Camino con la mirada hacia el suelo, tratando de burlar los rayos de sol que
buscan penetrar mis ojos, y de paso sortear alguna que otra cagarruta perruna.
Busco sombra. Otra manía personal e intransferible. Llego a la puerta de
cristal del vasto establecimiento. Salvo que ya no es de vidrio. Hoy no. Una enorme
persiana roja de hierro corrugado la sustituye. ¡Mierda, es domingo! Ha vuelto
a suceder.
No consigo
grabar tal información en mi cerebro: domingos y fiestas de guardar (como se
decía antaño) igual a: comercio cerrado. Esto no es el Reino Unido, be water my friend, que cuentan susurró
el bueno de Bruce Lee, entre patada y patada. Adáptate al entorno colega,
traducción a bote pronto. Así que, ando repitiendo esta cantinela toda la
semana: viernes santo, viernes santo, viernes santo. ¡No vaya a ser que baje al
Eroski a por cebollas ̶ onions ̶ el dichoso viernes!
No existen
los “puentes” en Escocia. Un día traté de explicar dicho concepto al bueno de
John, quien sonreía benévolo, como si lo comprendiera, haciendo el esfuerzo.

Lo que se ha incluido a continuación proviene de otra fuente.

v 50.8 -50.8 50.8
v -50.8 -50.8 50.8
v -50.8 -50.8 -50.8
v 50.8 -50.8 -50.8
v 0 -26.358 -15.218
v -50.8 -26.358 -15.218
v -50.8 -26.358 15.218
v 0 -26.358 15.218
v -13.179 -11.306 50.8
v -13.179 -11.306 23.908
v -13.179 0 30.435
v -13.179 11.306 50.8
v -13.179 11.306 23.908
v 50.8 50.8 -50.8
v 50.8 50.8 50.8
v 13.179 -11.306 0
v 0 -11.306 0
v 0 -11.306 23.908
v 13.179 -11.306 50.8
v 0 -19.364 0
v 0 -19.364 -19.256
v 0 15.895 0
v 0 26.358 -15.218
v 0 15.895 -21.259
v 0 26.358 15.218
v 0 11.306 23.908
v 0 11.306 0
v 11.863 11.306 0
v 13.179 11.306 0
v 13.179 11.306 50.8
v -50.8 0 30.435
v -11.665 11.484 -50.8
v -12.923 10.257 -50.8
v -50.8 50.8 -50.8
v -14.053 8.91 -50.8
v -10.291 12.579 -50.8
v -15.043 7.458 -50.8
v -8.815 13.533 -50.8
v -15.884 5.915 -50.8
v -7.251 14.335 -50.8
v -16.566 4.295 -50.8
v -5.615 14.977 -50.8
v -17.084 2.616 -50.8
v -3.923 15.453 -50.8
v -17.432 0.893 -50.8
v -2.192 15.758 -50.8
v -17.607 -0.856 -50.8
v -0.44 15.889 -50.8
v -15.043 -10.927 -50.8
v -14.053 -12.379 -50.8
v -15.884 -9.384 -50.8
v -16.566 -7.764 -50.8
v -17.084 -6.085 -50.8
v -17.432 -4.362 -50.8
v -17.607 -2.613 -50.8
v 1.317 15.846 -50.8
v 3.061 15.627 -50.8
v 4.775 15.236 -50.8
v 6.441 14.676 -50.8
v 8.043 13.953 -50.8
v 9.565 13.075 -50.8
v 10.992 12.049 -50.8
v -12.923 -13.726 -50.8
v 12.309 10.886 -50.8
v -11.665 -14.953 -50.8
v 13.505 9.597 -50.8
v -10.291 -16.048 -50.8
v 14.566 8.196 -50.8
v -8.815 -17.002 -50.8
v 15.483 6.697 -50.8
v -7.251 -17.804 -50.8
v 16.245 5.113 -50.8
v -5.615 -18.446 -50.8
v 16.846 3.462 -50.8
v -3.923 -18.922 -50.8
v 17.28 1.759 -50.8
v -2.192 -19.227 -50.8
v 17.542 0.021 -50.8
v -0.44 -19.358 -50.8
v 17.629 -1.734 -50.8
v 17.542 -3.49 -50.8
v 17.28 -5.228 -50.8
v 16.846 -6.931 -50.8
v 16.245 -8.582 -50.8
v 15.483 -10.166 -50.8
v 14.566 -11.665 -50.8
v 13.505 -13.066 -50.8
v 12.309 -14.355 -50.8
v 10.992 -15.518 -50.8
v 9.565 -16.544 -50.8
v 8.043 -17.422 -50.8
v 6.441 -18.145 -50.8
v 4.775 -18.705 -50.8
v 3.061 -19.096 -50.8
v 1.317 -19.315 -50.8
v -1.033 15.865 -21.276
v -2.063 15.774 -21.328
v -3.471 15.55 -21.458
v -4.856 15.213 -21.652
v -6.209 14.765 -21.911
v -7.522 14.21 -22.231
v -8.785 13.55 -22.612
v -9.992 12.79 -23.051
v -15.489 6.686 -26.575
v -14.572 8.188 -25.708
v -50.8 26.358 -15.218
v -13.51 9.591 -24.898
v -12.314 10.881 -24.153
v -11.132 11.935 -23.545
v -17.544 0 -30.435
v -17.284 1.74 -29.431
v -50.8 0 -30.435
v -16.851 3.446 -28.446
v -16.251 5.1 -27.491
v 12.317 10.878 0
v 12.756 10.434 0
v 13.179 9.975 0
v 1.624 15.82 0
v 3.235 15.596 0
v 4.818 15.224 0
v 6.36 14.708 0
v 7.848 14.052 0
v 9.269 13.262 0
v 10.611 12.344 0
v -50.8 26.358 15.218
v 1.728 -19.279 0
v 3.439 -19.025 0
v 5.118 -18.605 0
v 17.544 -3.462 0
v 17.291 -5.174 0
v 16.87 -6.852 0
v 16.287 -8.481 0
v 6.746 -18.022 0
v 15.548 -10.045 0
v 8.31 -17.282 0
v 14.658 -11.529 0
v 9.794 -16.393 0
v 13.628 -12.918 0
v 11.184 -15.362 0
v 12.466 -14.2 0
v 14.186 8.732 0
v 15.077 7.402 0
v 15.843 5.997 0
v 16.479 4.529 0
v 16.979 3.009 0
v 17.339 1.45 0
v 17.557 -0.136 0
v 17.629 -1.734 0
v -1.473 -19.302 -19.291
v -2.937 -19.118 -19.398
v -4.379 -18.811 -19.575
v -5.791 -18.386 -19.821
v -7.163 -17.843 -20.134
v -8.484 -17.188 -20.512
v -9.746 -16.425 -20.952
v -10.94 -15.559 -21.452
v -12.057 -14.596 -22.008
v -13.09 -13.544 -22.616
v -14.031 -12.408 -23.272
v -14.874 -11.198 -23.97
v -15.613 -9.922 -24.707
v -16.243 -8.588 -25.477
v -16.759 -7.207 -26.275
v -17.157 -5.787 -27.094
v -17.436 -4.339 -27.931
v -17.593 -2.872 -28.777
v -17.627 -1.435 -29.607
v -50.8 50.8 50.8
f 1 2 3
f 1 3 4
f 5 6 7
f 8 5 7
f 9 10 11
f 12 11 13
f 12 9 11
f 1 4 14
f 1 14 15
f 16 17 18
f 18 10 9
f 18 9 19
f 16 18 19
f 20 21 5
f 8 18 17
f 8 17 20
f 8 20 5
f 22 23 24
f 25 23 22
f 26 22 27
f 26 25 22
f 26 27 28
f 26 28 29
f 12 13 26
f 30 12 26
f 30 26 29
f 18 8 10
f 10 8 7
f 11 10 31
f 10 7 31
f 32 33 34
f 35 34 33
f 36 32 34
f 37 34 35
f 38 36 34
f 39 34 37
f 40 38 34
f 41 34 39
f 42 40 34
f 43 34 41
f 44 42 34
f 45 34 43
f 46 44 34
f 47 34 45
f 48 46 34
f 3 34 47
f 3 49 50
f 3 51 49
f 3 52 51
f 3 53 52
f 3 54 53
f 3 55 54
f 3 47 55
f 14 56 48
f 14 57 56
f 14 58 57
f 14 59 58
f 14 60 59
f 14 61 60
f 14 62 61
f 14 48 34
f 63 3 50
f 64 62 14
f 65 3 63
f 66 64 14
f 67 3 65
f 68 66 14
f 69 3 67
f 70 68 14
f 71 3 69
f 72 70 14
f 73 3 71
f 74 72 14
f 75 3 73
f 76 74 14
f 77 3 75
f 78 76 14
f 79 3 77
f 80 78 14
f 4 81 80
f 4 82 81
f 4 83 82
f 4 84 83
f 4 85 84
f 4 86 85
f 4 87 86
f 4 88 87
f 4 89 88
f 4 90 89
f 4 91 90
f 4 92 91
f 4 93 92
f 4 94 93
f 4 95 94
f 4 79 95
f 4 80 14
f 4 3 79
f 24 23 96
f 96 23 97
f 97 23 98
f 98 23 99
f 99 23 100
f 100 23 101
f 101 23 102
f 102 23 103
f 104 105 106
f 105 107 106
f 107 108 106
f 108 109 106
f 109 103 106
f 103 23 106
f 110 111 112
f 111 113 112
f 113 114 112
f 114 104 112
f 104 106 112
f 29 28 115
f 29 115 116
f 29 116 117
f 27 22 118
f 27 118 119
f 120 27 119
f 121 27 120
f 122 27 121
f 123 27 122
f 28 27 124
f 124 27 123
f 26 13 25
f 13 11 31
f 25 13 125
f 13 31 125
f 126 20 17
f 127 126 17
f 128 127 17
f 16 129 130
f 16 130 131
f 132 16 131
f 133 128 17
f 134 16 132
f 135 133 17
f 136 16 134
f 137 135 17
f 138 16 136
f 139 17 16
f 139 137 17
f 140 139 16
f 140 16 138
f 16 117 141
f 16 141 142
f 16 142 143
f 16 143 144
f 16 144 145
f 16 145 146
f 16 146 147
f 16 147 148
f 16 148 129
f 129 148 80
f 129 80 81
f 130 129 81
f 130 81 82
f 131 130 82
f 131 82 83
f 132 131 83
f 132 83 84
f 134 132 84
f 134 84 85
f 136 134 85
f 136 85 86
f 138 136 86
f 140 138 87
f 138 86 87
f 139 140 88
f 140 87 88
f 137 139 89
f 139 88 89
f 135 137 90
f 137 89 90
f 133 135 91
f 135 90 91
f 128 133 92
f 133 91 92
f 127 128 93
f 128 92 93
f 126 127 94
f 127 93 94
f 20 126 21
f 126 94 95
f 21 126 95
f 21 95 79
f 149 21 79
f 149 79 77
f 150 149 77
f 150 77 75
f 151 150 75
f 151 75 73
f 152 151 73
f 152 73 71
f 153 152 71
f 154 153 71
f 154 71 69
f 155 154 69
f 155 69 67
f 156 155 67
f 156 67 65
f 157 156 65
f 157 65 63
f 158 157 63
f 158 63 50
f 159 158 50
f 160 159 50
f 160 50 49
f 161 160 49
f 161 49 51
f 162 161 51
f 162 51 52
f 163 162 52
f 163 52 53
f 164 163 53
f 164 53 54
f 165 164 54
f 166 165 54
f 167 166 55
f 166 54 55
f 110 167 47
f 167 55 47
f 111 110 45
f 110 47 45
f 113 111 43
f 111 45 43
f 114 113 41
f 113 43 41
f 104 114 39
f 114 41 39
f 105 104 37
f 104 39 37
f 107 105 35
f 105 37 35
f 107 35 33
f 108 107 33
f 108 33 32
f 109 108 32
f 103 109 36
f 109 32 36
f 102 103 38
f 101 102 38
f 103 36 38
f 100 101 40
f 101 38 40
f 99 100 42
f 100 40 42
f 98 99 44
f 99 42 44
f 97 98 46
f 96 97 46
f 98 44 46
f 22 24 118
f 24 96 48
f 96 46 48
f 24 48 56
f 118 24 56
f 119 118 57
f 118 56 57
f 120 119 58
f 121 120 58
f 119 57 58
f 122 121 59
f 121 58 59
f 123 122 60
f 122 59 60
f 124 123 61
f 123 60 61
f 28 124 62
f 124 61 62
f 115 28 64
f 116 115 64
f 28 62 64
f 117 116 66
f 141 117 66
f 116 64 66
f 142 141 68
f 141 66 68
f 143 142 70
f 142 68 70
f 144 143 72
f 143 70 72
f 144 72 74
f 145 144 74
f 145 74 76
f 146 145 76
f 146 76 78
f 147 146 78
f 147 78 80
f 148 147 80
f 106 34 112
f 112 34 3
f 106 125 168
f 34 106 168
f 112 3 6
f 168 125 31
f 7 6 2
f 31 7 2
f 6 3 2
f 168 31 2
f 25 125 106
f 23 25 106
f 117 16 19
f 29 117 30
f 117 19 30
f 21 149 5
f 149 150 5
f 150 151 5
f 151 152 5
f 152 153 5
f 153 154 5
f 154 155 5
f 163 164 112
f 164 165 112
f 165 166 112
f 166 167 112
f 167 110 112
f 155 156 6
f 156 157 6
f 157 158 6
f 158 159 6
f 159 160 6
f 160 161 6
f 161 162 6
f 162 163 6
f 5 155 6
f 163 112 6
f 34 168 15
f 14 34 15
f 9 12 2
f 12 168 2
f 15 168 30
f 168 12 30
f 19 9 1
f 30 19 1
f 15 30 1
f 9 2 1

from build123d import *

# Parameters (mm, degrees)
F1_W     = 101.6
F1_H     = 101.6
F2_DEPTH = 50.8
F3_W     = 26.3578668237
F3_H     = 22.6122755557
F4_DEPTH = 50.8
F5_R     = 17.6293811016
F6_DEPTH = 50.8
F8_DEPTH = 50.8


# Not quite as in the source:
# - a variable given as a bare number and used for a length is read in inches; the dataset says mm whatever the document's units were


with BuildPart() as f2:
    # F1 (on Front) → F2 (new body, symmetric)
    with BuildSketch(Plane.XZ):
        Rectangle(F1_W, F1_H)
    extrude(amount=F2_DEPTH, both=True)

    # F3 (on face) → F4 (cut)
    with BuildSketch(Plane.XY.offset(50.8)):
        Rectangle(F3_W, F3_H)
    extrude(amount=-F4_DEPTH, mode=Mode.SUBTRACT)

    # F5 (on face) → F6 (cut)
    with BuildSketch(Plane(origin=(0, 0, -50.8), x_dir=(1, 0, 0), z_dir=(0, 0, -1))):
        with Locations((0, 1.7344856169)):
            Circle(F5_R)
    extrude(amount=-F6_DEPTH, mode=Mode.SUBTRACT)

    # F7 (on face) → F8 (cut)
    with BuildSketch(Plane(origin=(-50.8, 0, 0), x_dir=(0, -1, 0), z_dir=(-1, 0, 0))):
        Polygon((26.357864961, -15.2177204305), (26.357864961, 15.2177204305), (0, 30.435440861), (-26.357864961, 15.2177204305), (-26.357864961, -15.2177204305), (0, -30.435440861), align=None)
    extrude(amount=-F8_DEPTH, mode=Mode.SUBTRACT)


solid = f2.part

Eso es un amigo. Otro día lo hablé con Rachel, la cual me contempló como las
vacas miran al tren pasar. Bridge,
Rachel, bridge. Nada, ni por esas. Ni
en su propio idioma. ¡Qué cruz! ¡Como para explicarle lo del Viernes Santo! Oh my dear Lord!
No conocen
los puentes festivos, pero tienen sus cositas, los británicos. En su pomposo
calendario, de improviso, varias veces al año resaltan un lunes festivo. Así,
por la cara. By the face! (que dirían
los Gomaespuma). Ante mi pregunta, responden: es Bank Holiday. Quedándose
tan panchos. Y entonces yo les miro como cow
to the train. ¡Qué demonios tendrá que ver el cierre de bancos para todos
gozar de pausa laboral!
Están locos,
estos hijos de la Gran Bretaña.
Septiembre
de 2006. Domingo soleado. Sábanas pegadas. Pereza. Lavadora tardía. Bajo al
jardín trasero para tender la colada. Huele a ropa limpia y húmeda. Un puñado
de pinzas en los bolsillos. La brisa hace agradable la tarea. Supongo que
Stevie habrá salido con su chica. Gustan de hacer escapadas de fin de semana.

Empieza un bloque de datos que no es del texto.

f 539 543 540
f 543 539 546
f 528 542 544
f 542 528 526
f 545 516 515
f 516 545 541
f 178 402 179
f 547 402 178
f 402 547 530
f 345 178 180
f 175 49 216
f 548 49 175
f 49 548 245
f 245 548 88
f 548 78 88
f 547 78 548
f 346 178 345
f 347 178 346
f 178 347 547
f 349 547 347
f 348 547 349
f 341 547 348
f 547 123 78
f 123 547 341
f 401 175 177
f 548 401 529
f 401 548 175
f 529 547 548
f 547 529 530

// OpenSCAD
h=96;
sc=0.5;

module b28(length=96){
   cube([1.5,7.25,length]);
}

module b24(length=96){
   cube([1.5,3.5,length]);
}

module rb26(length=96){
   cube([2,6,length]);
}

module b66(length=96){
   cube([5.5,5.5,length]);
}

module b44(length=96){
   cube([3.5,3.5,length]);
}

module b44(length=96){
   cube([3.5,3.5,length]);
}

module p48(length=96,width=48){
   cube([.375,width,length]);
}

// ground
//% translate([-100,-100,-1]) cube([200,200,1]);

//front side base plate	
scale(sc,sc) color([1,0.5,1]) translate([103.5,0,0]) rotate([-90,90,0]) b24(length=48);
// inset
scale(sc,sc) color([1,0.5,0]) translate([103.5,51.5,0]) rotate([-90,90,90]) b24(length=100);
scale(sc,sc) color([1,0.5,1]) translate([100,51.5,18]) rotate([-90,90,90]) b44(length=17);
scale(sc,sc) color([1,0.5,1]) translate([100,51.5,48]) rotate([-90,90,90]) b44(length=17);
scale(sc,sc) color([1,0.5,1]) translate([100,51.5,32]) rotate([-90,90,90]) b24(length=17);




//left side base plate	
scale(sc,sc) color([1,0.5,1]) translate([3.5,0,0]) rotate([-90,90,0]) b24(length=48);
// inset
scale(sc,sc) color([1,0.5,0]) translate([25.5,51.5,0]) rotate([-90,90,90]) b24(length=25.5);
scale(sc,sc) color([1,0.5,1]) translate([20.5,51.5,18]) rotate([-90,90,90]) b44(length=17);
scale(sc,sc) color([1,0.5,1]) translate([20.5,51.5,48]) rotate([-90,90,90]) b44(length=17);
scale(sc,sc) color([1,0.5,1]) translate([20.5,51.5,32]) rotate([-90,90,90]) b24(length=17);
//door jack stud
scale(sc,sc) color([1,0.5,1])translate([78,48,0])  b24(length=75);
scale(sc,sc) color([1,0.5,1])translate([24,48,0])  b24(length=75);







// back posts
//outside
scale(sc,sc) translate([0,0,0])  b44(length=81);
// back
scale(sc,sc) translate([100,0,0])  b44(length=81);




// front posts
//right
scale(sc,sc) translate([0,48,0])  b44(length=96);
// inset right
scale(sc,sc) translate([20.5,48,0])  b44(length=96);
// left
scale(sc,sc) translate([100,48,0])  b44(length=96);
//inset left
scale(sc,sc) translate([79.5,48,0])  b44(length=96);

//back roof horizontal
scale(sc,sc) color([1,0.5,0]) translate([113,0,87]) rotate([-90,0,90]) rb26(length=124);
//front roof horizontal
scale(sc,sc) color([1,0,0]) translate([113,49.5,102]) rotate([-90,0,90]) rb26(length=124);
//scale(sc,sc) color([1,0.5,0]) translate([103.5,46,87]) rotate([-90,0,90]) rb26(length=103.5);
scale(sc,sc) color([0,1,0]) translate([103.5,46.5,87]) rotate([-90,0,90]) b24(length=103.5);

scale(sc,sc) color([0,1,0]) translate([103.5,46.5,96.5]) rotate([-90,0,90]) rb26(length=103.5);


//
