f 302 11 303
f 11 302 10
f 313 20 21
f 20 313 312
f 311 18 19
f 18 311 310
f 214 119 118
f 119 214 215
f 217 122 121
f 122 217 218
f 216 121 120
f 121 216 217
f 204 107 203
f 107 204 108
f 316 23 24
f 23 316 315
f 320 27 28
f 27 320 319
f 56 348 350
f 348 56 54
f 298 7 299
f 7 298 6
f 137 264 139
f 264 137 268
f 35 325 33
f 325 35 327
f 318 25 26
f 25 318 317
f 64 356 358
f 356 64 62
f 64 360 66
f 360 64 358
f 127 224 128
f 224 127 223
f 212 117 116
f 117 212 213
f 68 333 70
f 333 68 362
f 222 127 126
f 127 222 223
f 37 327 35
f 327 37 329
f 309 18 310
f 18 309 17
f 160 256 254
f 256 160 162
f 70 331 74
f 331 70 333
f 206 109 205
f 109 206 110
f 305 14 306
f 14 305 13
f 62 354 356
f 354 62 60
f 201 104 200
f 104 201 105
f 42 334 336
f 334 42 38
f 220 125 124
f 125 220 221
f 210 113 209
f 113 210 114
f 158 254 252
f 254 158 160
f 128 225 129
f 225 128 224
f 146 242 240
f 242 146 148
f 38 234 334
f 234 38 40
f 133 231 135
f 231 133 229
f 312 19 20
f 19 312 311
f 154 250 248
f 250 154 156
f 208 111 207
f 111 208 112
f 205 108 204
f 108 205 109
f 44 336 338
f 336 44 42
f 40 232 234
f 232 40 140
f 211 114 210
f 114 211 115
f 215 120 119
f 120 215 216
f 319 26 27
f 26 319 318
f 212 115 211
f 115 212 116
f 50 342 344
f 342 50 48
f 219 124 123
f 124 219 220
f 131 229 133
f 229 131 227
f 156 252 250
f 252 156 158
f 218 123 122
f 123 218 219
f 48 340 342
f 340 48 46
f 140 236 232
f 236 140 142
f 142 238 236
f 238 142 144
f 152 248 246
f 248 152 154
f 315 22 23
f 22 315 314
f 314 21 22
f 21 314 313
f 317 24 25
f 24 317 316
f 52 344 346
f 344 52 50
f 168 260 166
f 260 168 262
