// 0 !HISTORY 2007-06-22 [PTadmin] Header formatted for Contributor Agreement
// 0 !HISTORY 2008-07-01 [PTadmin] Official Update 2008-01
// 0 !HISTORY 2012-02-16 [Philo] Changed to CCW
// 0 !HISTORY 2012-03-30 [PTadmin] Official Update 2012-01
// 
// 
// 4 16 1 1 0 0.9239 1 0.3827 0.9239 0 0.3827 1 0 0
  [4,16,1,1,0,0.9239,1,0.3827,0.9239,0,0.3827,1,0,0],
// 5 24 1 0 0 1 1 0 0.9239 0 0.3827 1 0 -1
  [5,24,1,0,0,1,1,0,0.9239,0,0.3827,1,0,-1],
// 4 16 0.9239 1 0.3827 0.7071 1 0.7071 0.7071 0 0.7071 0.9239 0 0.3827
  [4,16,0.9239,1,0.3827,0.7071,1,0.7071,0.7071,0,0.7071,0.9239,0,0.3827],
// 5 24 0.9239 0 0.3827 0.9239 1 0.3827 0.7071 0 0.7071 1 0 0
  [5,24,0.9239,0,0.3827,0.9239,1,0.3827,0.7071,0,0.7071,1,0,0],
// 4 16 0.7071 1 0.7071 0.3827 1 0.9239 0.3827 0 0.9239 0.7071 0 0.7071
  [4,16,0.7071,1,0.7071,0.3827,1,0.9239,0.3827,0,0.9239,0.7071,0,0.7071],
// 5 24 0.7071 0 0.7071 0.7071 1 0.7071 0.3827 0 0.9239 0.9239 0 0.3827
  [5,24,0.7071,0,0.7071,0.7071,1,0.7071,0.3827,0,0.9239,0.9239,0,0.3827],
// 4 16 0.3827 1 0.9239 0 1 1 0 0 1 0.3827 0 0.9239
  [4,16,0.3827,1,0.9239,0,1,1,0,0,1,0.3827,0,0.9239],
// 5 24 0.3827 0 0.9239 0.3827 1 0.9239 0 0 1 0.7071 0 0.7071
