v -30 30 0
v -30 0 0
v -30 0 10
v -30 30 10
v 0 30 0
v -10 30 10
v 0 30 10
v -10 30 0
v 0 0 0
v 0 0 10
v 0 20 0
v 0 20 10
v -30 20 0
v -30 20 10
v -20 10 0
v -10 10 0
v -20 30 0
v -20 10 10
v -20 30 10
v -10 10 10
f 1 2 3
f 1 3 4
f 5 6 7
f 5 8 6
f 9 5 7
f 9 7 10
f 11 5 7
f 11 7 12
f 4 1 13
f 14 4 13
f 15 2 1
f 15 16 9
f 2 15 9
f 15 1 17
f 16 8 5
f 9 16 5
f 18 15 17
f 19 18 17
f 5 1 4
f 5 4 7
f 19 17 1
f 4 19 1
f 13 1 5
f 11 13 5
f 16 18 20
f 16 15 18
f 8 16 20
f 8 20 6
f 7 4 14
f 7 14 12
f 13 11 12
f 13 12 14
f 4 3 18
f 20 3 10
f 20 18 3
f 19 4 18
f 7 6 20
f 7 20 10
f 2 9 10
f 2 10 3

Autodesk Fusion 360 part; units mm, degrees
sketch "Sketch1" plane through (0, 0, 0) normal (0, 0, 1) x (1, 0, 0)
  line L0 (0, 0) -> (-30, 0)
  line L1 (-30, 0) -> (-30, 10)
  line L2 (-30, 10) -> (0, 10)
  line L3 (0, 10) -> (0, 0)
  line L4 (-30, 10) -> (-20, 10)
  line L5 (-20, 10) -> (-20, 30)
  line L6 (-20, 30) -> (-30, 30)
  line L7 (-30, 30) -> (-30, 10)
  line L8 (0, 10) -> (-10, 10)
  line L9 (-10, 10) -> (-10, 30)
  line L10 (-10, 30) -> (0, 30)
  line L11 (0, 30) -> (0, 10)
  line L12 (-30, 30) -> (0, 30)
  line L13 (0, 30) -> (0, 20)
  line L14 (0, 20) -> (-30, 20)
  line L15 (-30, 20) -> (-30, 30)
extrude "Extrude1" add sketch "Sketch1" along normal blind 10 contours L0 L1 L2 L3 L4 L8 | L2 L8 L9 L11 L14 | L2 L4 L5 L7 L14 | L9 L10 L11 L12 L13 L14 | L5 L6 L7 L12 L14 L15 makes body 1
extrude "Extrude1'" add sketch "Sketch1" along normal blind 10 separate body contours L9 L10 L11 L12 L13 L14 | L5 L6 L7 L12 L14 L15 | L5 L9 L12 L14 makes body 2 in component "Tool"
component "Tool" placed x (1, 0, 0) y (0, 1, 0) z (0, 0, 1) at (0, 0, 0)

Lugares cercanos. Algún lago del norte. Ella conduce su pequeño utilitario. Él
habla, nervioso, de forma atropellada. No es que no confíe en sus dotes de
conductora. Tan sólo que no se fía del asiento delantero. Frena con el pie
derecho, sobre un pedal fantasma, ante cualquier imprevisto. Se agarra a la
manilla de la puerta. No es un buen copiloto. Ni siquiera lee mapas. Prefiere
apalancarse en la parte trasera de uno de esos mastodónticos taxis negros y
dejarse llevar, sin contemplar el tráfico, el potencial peligro. Jamás reunió
el valor para sacarse el permiso de conducción. No lo necesito. Se excusa.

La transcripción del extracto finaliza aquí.